# [RECORDS PROVIDED]
===============
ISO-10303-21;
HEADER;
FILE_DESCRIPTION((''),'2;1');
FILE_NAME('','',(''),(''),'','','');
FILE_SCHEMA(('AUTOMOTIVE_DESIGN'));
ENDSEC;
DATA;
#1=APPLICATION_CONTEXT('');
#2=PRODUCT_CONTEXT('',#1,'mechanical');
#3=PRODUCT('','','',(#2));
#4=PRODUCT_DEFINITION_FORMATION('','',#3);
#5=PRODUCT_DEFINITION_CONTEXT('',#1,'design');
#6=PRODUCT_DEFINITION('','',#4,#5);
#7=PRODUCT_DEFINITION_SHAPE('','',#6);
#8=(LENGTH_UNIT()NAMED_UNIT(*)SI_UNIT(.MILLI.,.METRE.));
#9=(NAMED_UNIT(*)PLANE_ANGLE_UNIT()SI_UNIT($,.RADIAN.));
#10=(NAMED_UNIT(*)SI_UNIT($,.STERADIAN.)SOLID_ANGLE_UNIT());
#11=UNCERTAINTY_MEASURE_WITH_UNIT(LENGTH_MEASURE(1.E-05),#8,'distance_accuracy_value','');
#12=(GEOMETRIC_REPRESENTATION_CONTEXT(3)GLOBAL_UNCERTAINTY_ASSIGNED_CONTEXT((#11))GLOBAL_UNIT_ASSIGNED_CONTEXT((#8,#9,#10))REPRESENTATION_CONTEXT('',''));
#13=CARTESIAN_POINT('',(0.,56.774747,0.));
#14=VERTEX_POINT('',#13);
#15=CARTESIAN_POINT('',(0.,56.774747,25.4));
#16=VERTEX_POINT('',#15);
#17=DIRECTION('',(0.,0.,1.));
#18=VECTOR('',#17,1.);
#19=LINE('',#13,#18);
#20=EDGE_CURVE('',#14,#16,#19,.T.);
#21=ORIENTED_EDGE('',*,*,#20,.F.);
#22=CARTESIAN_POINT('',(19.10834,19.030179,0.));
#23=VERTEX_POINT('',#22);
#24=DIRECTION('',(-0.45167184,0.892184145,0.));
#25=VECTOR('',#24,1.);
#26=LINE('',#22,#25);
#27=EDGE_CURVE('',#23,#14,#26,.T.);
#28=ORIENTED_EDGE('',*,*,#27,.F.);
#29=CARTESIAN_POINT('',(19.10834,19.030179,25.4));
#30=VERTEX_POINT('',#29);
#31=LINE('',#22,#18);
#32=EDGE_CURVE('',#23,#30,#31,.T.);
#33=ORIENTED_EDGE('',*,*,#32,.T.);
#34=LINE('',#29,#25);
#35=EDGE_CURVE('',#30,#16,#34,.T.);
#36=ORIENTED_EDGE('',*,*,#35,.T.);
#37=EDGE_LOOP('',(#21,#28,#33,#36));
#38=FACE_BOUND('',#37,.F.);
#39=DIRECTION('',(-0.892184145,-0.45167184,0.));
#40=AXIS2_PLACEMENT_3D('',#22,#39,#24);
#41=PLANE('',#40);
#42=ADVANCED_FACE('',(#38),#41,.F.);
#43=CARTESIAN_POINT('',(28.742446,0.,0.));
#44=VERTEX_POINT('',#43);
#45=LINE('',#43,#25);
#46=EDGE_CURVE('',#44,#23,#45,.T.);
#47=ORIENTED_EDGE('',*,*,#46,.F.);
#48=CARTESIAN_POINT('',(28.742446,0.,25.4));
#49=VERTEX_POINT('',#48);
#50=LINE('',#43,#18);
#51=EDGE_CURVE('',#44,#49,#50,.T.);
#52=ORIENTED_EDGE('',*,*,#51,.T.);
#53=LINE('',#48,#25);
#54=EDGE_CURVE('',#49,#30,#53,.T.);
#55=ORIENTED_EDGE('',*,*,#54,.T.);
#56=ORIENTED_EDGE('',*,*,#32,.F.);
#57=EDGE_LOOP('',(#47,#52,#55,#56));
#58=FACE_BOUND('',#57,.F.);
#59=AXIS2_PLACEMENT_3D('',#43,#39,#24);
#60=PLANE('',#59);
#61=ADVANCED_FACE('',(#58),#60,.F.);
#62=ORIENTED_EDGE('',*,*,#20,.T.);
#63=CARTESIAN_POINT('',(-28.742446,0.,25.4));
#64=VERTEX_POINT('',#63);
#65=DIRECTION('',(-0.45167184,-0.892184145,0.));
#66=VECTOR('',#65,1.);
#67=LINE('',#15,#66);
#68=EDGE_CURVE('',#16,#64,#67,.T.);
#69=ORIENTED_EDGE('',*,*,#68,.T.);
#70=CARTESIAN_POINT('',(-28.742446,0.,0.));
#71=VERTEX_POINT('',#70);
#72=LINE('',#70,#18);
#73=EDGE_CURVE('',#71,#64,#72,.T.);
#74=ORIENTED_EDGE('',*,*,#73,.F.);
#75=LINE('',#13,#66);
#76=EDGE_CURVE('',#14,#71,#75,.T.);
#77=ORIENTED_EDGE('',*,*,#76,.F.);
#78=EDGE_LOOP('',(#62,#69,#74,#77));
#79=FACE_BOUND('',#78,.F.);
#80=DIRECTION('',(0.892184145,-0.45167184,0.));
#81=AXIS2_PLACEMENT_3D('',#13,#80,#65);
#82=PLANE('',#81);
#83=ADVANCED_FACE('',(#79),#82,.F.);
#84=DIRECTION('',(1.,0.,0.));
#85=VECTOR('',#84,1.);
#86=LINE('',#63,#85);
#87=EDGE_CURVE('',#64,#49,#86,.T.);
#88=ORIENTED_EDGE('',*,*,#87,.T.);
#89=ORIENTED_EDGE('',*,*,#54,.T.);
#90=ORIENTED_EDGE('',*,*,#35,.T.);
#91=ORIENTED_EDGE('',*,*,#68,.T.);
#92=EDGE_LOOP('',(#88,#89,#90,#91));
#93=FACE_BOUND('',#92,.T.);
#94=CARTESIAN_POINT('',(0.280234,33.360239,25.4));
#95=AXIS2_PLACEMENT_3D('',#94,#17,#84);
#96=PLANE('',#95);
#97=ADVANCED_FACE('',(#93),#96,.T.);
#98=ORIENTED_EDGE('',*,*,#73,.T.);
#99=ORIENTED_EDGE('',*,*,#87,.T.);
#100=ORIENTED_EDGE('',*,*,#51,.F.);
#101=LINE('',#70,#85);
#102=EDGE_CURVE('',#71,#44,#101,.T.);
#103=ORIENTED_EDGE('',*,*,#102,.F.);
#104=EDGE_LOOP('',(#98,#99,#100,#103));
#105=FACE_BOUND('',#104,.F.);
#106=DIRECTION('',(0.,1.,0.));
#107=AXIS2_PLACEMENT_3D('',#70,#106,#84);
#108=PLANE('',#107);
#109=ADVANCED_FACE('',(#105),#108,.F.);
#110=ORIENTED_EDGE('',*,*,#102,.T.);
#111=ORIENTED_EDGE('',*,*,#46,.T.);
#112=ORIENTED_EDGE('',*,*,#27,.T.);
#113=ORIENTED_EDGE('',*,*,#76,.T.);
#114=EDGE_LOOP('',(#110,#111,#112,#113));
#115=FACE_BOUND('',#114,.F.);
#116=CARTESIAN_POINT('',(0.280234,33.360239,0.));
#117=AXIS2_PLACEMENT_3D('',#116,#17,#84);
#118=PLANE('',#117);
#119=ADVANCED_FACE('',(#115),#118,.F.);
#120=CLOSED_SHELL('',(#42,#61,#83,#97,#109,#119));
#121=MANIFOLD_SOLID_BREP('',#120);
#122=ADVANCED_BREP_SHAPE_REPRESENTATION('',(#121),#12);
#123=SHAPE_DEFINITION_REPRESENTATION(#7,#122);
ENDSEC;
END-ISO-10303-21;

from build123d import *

# Parameters (mm, degrees)
F1_DEPTH = 25.4


with BuildPart() as f1:
    # F0 (on Top) → F1 (new body)
    with BuildSketch(Plane.XY):
        with BuildLine():
            Line((19.1083402221, 19.0301792914), (0, 56.7747466266))
            Line((0, 56.7747466266), (-18.6123867168, 20.0098326919))
            ThreePointArc((-18.6123867168, 20.0098326919), (-9.7339185684, 24.2253853349), (0, 25.5851316548))
            ThreePointArc((0, 25.5851316548), (10.0780565858, 23.8348368227), (19.1083402221, 19.0301792914))
        make_face()
        with BuildLine():
            ThreePointArc((0, 0), (-13.5172235542, 6.0879759254), (-18.6123867168, 20.0098326919))
            Line((-18.6123867168, 20.0098326919), (-28.7424456328, 0))
            Line((-28.7424456328, 0), (0, 0))
        make_face()
        with BuildLine():
            ThreePointArc((0, 25.5851316548), (-9.7339185684, 24.2253853349), (-18.6123867168, 20.0098326919))
            ThreePointArc((-18.6123867168, 20.0098326919), (-13.5172235542, 6.0879759254), (0, 0))
            ThreePointArc((0, 0), (-9.1778023586, 12.7925658274), (0, 25.5851316548))
        make_face()
        with BuildLine():
            ThreePointArc((0, 0), (13.4633404908, 5.5898634848), (19.1083402221, 19.0301792914))
            ThreePointArc((19.1083402221, 19.0301792914), (10.0780565858, 23.8348368227), (0, 25.5851316548))
            ThreePointArc((0, 25.5851316548), (9.1809525544, 12.7925658274), (0, 0))
        make_face()
        with BuildLine():
            Line((28.7424456328, 0), (19.1083402221, 19.0301792914))
            ThreePointArc((19.1083402221, 19.0301792914), (13.4633404908, 5.5898634848), (0, 0))
            Line((0, 0), (28.7424456328, 0))
        make_face()
        with BuildLine():
            ThreePointArc((0, 0), (9.1809525544, 12.7925658274), (0, 25.5851316548))
            ThreePointArc((0, 25.5851316548), (-9.1778023586, 12.7925658274), (0, 0))
        make_face()
    extrude(amount=F1_DEPTH)


solid = f1.part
===============
Copy out only the lines above from the one with "#116=CARTESIAN_POINT('',(0.280234,33.360239,0.));" to the one with "END-ISO-10303-21;", inclusive, exactly as they stand.

#116=CARTESIAN_POINT('',(0.280234,33.360239,0.));
#117=AXIS2_PLACEMENT_3D('',#116,#17,#84);
#118=PLANE('',#117);
#119=ADVANCED_FACE('',(#115),#118,.F.);
#120=CLOSED_SHELL('',(#42,#61,#83,#97,#109,#119));
#121=MANIFOLD_SOLID_BREP('',#120);
#122=ADVANCED_BREP_SHAPE_REPRESENTATION('',(#121),#12);
#123=SHAPE_DEFINITION_REPRESENTATION(#7,#122);
ENDSEC;
END-ISO-10303-21;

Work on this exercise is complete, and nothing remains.